The disease only occurs in male children because it only affects the X chromosome; 2 in 3 cases are caused by a hereditary mutation and 1 in 3 by a spontaneous mutation. Women can be carriers of the gene, they usually do not have symptoms, but they have a 25% chance of having a male child with Duchenne disease.
Life expectancy is around 30 years, but at 12 most patients need a wheelchair, as the symptoms worsen over time and they gradually lose the ability to walk. Over time, the heart and respiratory muscles are also affected, causing premature death.
The date chosen to celebrate the world day is due to the fact that the gene that causes this disease contains 79 exons (region of the genome), which is why 9/7 has been established for World Muscular Dystrophy Awareness Day. Duchenne.
Duchenne awareness and visibility on social networks
The Duchenne Parent Project Spain association, with the support of Grupo Italfarmaco, has created a campaign to carry out on Instagram in order to raise awareness and make the disease visible. It is an interactive filter with which you can visually see how the muscles are affected with the progression of the disease.
For Silvia Ávila Ramírez, president of Duchenne Parent Project Spain, “campaigns are fundamental for us. If there is no good dissemination channel, if the disease is not known, how are we going to convince so that research does not stop? An awareness campaign is the starting point for understanding the disease, its symptoms and its devastating consequences. This will make society aware of the children and young people affected, and support us with our goals and objectives.”
As Verónica Somodevilla, Institutional Relations Manager of Grupo Italfarmaco, explains, “in our company we have a strong commitment to rare diseases and we believe it is important to support this campaign. We want to raise awareness about Duchenne Muscular Dystrophy, so that at the slightest warning sign “Parents go to their pediatrician and get an early diagnosis.”
Early detection is of utmost importance in this pathology, since, as indicated by Dr. Carlos Ignacio Ortez González, pediatric neurologist at the Neuromuscular Pathology Unit of the Neurology Service of the Sant Joan de Déu Hospital in Barcelona, “it can improve the prognosis and the patient’s quality of life; “Early symptomatic treatment can be started with the aim of slowing down the progression of muscle weakness, and in this way patients will maintain greater independence and comprehensive functionality over time.” “In addition,” he continues, “it facilitates the possibility of timely access to specialized therapies and care in the early stages of the disease. “Early detection is also essential to offer genetic counseling to the family and at the same time the early detection of female carriers.”

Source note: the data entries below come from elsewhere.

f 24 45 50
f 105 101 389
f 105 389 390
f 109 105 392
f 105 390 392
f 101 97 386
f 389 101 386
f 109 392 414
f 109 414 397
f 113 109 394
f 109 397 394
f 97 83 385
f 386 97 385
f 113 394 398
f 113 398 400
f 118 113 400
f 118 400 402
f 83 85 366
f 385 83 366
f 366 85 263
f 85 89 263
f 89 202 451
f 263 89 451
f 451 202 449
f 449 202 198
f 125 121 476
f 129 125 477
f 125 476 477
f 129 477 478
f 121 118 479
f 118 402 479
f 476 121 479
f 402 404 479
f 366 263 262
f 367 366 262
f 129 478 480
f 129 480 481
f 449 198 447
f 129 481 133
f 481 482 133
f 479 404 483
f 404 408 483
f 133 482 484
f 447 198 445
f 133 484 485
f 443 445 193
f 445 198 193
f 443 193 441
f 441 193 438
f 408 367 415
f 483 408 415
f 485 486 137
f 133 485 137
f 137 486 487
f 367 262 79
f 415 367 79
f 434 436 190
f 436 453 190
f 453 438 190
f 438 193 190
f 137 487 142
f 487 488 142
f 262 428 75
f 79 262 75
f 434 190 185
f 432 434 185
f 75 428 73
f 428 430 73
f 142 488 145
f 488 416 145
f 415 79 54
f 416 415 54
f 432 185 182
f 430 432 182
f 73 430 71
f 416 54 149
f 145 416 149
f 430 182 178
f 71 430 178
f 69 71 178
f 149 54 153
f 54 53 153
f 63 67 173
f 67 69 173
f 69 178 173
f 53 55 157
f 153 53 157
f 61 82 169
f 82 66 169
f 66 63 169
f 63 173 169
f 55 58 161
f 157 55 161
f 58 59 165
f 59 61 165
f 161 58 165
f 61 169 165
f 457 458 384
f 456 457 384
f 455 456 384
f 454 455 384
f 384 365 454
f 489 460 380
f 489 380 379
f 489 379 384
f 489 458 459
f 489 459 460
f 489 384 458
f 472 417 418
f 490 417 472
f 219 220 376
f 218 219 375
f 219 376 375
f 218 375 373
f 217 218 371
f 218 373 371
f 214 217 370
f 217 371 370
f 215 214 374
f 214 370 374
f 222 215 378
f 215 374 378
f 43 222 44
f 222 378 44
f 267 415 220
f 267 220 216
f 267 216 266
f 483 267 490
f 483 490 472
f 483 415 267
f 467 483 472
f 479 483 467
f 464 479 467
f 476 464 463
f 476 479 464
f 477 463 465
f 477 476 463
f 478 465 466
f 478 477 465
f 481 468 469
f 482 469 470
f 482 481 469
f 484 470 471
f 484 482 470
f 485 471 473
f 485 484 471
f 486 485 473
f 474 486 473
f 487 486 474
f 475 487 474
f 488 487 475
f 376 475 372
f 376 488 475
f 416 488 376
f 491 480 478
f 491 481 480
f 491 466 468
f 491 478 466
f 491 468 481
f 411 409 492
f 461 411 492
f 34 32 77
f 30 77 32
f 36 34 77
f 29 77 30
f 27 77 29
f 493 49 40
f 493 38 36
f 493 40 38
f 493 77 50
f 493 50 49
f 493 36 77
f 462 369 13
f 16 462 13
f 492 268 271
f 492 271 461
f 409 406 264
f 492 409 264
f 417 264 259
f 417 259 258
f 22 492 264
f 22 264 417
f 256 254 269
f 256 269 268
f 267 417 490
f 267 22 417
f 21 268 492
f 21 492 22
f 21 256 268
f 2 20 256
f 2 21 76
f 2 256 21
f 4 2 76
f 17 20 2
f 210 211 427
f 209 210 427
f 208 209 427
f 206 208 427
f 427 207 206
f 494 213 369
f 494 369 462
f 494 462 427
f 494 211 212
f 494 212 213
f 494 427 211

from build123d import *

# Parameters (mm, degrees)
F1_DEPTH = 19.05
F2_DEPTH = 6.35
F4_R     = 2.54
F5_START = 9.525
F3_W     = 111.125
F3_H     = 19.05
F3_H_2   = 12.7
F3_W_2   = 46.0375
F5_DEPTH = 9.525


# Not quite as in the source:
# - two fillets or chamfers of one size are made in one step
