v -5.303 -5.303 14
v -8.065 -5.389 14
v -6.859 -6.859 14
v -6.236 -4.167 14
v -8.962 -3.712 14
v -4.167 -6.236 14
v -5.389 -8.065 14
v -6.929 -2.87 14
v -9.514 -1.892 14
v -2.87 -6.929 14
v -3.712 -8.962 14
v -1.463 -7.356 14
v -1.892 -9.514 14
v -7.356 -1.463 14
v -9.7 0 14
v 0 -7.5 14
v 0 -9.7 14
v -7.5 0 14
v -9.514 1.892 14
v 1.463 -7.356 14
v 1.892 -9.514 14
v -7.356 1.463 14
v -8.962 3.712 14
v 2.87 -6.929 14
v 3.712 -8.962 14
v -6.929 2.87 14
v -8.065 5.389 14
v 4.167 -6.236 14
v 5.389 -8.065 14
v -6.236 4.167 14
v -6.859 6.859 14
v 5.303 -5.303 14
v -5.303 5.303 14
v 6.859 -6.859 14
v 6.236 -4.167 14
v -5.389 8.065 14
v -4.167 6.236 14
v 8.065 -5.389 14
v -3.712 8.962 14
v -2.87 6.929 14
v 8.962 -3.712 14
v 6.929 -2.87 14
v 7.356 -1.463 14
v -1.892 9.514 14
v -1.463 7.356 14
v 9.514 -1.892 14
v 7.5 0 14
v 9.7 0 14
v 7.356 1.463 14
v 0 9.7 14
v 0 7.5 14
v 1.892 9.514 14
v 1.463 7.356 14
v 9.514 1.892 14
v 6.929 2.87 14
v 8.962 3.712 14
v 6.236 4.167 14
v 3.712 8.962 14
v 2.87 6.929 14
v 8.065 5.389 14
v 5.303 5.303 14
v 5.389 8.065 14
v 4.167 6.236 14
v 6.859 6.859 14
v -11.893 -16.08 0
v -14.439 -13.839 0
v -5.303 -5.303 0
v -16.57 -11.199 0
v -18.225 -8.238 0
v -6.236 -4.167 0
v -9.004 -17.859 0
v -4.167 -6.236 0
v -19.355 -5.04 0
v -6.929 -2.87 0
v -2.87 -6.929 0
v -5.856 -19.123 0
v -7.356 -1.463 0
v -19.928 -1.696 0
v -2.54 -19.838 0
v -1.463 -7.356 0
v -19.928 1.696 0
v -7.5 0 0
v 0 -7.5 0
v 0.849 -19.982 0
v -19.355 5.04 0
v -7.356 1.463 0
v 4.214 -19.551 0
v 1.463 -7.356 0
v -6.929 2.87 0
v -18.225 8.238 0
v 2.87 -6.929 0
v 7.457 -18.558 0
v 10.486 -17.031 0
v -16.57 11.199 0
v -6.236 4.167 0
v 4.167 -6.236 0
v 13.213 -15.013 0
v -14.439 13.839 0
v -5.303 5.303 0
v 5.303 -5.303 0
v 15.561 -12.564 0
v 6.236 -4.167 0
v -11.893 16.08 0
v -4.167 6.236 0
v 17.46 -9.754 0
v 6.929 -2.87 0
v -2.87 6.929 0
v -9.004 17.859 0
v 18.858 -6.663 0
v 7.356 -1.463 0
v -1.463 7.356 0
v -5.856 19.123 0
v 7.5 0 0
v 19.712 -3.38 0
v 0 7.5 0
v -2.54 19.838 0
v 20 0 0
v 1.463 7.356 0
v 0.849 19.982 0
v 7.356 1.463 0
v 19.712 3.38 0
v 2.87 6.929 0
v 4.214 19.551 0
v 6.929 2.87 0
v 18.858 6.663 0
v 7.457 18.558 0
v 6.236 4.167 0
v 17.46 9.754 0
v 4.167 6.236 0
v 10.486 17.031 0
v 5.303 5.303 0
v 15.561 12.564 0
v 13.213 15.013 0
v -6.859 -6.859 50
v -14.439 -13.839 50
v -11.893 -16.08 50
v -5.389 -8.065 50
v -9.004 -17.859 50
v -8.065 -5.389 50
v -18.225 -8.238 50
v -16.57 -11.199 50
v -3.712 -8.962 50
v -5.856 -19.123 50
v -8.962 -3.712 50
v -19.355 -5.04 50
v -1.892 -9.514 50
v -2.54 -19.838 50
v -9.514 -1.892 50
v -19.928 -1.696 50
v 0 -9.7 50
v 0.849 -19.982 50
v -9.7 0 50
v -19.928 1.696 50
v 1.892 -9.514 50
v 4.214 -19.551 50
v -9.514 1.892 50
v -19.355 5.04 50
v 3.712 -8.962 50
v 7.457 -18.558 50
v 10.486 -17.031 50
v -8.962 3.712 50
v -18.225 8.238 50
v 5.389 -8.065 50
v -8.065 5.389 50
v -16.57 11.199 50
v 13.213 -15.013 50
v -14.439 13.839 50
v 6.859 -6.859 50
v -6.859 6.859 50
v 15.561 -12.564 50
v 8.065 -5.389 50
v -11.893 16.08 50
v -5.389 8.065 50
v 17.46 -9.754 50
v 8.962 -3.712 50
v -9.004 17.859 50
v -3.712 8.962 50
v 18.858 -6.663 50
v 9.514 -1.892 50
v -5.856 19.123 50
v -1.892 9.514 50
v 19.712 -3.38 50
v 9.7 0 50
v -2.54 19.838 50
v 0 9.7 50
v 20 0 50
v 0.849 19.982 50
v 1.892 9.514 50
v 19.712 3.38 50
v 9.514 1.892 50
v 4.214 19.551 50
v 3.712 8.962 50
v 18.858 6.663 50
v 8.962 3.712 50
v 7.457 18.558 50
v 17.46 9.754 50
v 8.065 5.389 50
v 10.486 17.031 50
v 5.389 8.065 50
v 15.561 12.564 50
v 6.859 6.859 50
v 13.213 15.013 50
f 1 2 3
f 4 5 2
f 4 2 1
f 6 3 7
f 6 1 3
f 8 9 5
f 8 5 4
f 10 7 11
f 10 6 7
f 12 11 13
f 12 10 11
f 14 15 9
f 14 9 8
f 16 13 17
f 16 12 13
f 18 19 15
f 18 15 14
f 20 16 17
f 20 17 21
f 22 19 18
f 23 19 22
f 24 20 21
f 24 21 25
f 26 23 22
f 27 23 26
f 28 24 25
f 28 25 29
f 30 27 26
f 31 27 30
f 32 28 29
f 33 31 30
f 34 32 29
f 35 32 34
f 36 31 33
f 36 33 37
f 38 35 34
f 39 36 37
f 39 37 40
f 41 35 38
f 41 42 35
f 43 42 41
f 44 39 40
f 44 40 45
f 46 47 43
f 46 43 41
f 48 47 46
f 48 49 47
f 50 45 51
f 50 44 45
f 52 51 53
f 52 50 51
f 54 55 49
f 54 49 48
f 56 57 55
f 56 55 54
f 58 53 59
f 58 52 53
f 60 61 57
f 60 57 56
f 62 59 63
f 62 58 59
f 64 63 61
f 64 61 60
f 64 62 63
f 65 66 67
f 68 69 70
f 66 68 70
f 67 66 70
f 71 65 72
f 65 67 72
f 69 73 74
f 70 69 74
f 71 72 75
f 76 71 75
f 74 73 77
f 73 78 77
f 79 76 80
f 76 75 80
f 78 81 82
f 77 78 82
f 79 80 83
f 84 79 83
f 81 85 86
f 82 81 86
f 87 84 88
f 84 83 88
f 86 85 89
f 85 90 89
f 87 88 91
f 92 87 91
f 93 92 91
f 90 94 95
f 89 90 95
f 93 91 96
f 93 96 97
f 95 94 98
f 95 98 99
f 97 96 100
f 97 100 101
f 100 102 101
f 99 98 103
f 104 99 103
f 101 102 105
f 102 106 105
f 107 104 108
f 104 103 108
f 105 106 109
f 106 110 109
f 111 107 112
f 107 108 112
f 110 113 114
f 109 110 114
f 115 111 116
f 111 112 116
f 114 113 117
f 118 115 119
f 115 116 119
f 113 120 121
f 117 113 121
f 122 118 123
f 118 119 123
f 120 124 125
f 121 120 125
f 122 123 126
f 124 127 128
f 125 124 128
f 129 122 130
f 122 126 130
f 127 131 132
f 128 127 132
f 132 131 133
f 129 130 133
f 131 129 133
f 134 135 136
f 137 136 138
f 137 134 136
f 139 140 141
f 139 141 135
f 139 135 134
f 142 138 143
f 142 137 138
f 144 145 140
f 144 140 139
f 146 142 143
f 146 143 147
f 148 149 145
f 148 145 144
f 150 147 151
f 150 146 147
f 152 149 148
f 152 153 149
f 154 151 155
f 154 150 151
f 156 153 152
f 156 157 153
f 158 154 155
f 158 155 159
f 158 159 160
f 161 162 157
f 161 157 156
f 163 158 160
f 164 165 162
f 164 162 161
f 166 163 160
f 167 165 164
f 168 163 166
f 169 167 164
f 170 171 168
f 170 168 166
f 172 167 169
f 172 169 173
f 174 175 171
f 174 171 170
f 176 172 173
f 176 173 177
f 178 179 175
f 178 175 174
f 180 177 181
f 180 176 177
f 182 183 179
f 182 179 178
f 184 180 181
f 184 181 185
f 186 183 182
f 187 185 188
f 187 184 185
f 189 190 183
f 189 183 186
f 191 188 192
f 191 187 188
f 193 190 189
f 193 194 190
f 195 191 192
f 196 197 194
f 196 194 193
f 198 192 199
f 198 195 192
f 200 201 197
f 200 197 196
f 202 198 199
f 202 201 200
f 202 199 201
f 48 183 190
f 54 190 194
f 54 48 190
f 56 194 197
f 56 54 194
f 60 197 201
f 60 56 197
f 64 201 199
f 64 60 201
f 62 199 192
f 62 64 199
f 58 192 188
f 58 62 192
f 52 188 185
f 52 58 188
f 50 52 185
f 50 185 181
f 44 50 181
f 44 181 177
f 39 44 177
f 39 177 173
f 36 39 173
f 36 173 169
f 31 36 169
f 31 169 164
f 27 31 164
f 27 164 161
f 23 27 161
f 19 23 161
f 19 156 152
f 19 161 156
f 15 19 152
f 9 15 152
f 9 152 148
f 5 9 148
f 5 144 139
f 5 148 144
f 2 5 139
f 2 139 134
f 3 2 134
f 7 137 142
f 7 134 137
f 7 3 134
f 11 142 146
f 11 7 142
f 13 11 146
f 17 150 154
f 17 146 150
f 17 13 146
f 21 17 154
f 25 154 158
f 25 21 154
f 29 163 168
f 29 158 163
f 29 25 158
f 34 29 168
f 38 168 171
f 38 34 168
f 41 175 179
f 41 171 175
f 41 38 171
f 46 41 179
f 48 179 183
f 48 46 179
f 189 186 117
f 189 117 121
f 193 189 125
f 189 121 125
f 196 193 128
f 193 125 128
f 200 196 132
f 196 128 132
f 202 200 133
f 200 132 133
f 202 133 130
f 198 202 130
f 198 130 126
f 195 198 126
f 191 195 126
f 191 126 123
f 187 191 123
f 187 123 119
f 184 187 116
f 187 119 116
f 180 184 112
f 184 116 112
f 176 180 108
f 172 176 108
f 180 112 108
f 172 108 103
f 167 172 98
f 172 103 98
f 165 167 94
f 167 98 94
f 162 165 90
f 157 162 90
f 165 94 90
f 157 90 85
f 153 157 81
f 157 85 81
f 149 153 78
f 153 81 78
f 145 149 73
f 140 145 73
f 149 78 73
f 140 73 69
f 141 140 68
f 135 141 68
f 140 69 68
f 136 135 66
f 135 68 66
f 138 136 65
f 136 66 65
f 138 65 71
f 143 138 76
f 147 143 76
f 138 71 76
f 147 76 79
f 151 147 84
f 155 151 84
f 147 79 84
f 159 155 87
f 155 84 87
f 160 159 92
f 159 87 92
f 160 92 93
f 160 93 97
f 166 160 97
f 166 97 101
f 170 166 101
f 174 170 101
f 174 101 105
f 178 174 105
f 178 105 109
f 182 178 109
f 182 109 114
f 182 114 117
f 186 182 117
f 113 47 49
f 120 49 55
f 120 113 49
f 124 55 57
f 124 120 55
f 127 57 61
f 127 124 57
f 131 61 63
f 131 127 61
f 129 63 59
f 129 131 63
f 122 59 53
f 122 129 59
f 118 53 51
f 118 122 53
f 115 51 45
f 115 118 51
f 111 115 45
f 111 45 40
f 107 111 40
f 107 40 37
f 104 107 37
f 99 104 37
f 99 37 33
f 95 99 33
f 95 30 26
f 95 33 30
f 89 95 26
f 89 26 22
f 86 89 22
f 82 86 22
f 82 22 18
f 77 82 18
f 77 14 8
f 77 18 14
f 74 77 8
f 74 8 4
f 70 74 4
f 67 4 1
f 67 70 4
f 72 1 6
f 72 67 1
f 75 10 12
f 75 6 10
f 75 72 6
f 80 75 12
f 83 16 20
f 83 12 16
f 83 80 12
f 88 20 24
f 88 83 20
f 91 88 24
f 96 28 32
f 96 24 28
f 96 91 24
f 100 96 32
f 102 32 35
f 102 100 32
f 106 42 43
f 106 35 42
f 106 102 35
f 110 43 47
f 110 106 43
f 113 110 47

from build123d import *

# Parameters (mm, degrees)
CYLINDER_R     = 9.7
CYLINDER_DEPTH = 50
TUBE_R         = 20
TUBE_R_2       = 7.5
TUBE_DEPTH     = 50


with BuildPart() as bearing_hole_cutter:
    # Cylinder → Cylinder (new body)
    with BuildSketch(Plane.XY.offset(14)):
        Circle(CYLINDER_R)
    extrude(amount=CYLINDER_DEPTH)


with BuildPart() as cut:
    # Tube → Tube (new body)
    with BuildSketch(Plane.XY):
        Circle(TUBE_R)
        Circle(TUBE_R_2, mode=Mode.SUBTRACT)
    extrude(amount=TUBE_DEPTH)

    # Cut: cut Bearing Hole cutter
    add(bearing_hole_cutter.part, mode=Mode.SUBTRACT)


solid = cut.part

In this Duchenne Parent Project Spain initiative, in addition to Grupo Italfarmaco Spain, Italfarmaco Portugal and Italfarmaco Italia collaborate, they wanted to take advantage of World Duchenne Muscular Dystrophy Awareness Day to achieve the greatest number of impacts possible on a digital level; Filters encourage interaction with the audience and thus increase the ability to go viral to reach the largest number of people possible.
Duchenne Muscular Dystrophy in Spain
In Spain there are about 1,000 diagnosed cases. The Duchenne Parent Project Spain association is of great support for patients; It is a non-profit entity created by mothers and fathers of children with Duchenne and Becker Muscular Dystrophy, which works to improve the quality of life of those affected and their families with good care, both physical and emotional, as well as create campaigns for education, awareness and sensitization of the general population.
In Spain there is not enough awareness about Duchenne Muscular Dystrophy, “there is still a way to go,” says Silvia Ávila Ramírez, “it is one of the most commonly diagnosed rare diseases, and it is as cruel as any other childhood disease that limits the quality of life of children and life expectancy of young people. However, having even greater prevalence than ALS, very few sectors of society know about it.”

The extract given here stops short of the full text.